▼▼▼

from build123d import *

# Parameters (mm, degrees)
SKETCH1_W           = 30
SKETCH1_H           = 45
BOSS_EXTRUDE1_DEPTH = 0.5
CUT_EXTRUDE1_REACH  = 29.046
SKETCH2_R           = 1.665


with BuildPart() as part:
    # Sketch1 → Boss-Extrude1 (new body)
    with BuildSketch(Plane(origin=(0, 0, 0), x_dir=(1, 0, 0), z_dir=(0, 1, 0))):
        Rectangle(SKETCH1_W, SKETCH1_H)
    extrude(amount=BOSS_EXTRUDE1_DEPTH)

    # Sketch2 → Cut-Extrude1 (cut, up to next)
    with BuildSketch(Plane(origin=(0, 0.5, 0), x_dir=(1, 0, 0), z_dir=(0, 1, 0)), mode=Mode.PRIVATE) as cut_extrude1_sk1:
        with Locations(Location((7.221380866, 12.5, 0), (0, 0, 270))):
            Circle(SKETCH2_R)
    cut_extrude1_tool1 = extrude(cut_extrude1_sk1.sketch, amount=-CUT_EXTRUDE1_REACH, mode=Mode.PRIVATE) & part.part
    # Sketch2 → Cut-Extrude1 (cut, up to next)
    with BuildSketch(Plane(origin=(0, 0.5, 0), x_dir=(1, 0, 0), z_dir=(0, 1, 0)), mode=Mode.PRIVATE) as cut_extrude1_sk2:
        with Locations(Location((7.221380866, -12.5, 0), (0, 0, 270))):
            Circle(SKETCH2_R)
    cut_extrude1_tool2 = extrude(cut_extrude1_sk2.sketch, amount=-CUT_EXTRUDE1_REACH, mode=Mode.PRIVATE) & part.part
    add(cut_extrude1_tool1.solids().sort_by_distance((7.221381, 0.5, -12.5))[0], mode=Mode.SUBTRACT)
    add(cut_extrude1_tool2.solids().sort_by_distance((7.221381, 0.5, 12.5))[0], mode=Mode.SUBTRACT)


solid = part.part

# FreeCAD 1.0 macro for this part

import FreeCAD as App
import Part
import Sketcher

doc = App.newDocument("Part")
body = doc.addObject("PartDesign::Body", "Body")

sketch1 = doc.addObject("Sketcher::SketchObject", "Sketch")
body.addObject(sketch1)
sketch1.AttachmentSupport = (doc.XZ_Plane, [""])
sketch1.MapMode = "FlatFace"
sketch1.addGeometry([
    Part.LineSegment(App.Vector(-15, -22.5, 0), App.Vector(-15, 22.5, 0)),
    Part.LineSegment(App.Vector(-15, 22.5, 0), App.Vector(15, 22.5, 0)),
    Part.LineSegment(App.Vector(15, 22.5, 0), App.Vector(15, -22.5, 0)),
    Part.LineSegment(App.Vector(15, -22.5, 0), App.Vector(-15, -22.5, 0)),
], False)
sketch1.addConstraint([
    Sketcher.Constraint("Coincident", 0, 2, 1, 1),
    Sketcher.Constraint("Coincident", 1, 2, 2, 1),
    Sketcher.Constraint("Coincident", 2, 2, 3, 1),
    Sketcher.Constraint("Coincident", 3, 2, 0, 1),
    Sketcher.Constraint("Vertical", 0),
    Sketcher.Constraint("Horizontal", 1),
    Sketcher.Constraint("Vertical", 2),
    Sketcher.Constraint("Horizontal", 3),
    Sketcher.Constraint("Symmetric", 0, 2, 2, 2, -1, 1),
    Sketcher.Constraint("DistanceX", 1, 1, 1, 2, 30.0),
    Sketcher.Constraint("DistanceY", 0, 1, 0, 2, 45.0),
])
pad1 = doc.addObject("PartDesign::Pad", "Pad")
body.addObject(pad1)
pad1.Profile = sketch1
pad1.Length = 0.5
pad1.Reversed = True

sketch2 = doc.addObject("Sketcher::SketchObject", "Sketch001")
body.addObject(sketch2)
sketch2.AttachmentSupport = (doc.XZ_Plane, [""])
sketch2.MapMode = "FlatFace"
sketch2.AttachmentOffset = App.Placement(App.Vector(0, 0, -0.5), App.Rotation())
sketch2.addGeometry(Part.Circle(App.Vector(7.221381, -12.5, 0), App.Vector(0, 0, 1), 1.665), False)
sketch2.addConstraint([
    Sketcher.Constraint("Diameter", 0, 3.33),
    Sketcher.Constraint("DistanceY", 0, 3, -1, 1, 12.5),
    Sketcher.Constraint("DistanceX", -1, 1, 0, 3, 7.221381),
])
pocket1 = doc.addObject("PartDesign::Pocket", "Pocket")
body.addObject(pocket1)
pocket1.Profile = sketch2
pocket1.Type = "UpToFirst"
pocket1.Reversed = True

sketch3 = doc.addObject("Sketcher::SketchObject", "Sketch002")
body.addObject(sketch3)
sketch3.AttachmentSupport = (doc.XZ_Plane, [""])
sketch3.MapMode = "FlatFace"
sketch3.AttachmentOffset = App.Placement(App.Vector(0, 0, -0.5), App.Rotation())
sketch3.addGeometry(Part.Circle(App.Vector(7.221381, 12.5, 0), App.Vector(0, 0, 1), 1.665), False)
sketch3.addConstraint([
    Sketcher.Constraint("Diameter", 0, 3.33),
    Sketcher.Constraint("DistanceY", -1, 1, 0, 3, 12.5),
    Sketcher.Constraint("DistanceX", -1, 1, 0, 3, 7.221381),
])
pocket2 = doc.addObject("PartDesign::Pocket", "Pocket001")
body.addObject(pocket2)
pocket2.Profile = sketch3
pocket2.Type = "UpToFirst"
pocket2.Reversed = True

doc.recompute()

▲▲▲

From the data above, pick out each line containing "solids" and copy it.

    add(cut_extrude1_tool1.solids().sort_by_distance((7.221381, 0.5, -12.5))[0], mode=Mode.SUBTRACT)
    add(cut_extrude1_tool2.solids().sort_by_distance((7.221381, 0.5, 12.5))[0], mode=Mode.SUBTRACT)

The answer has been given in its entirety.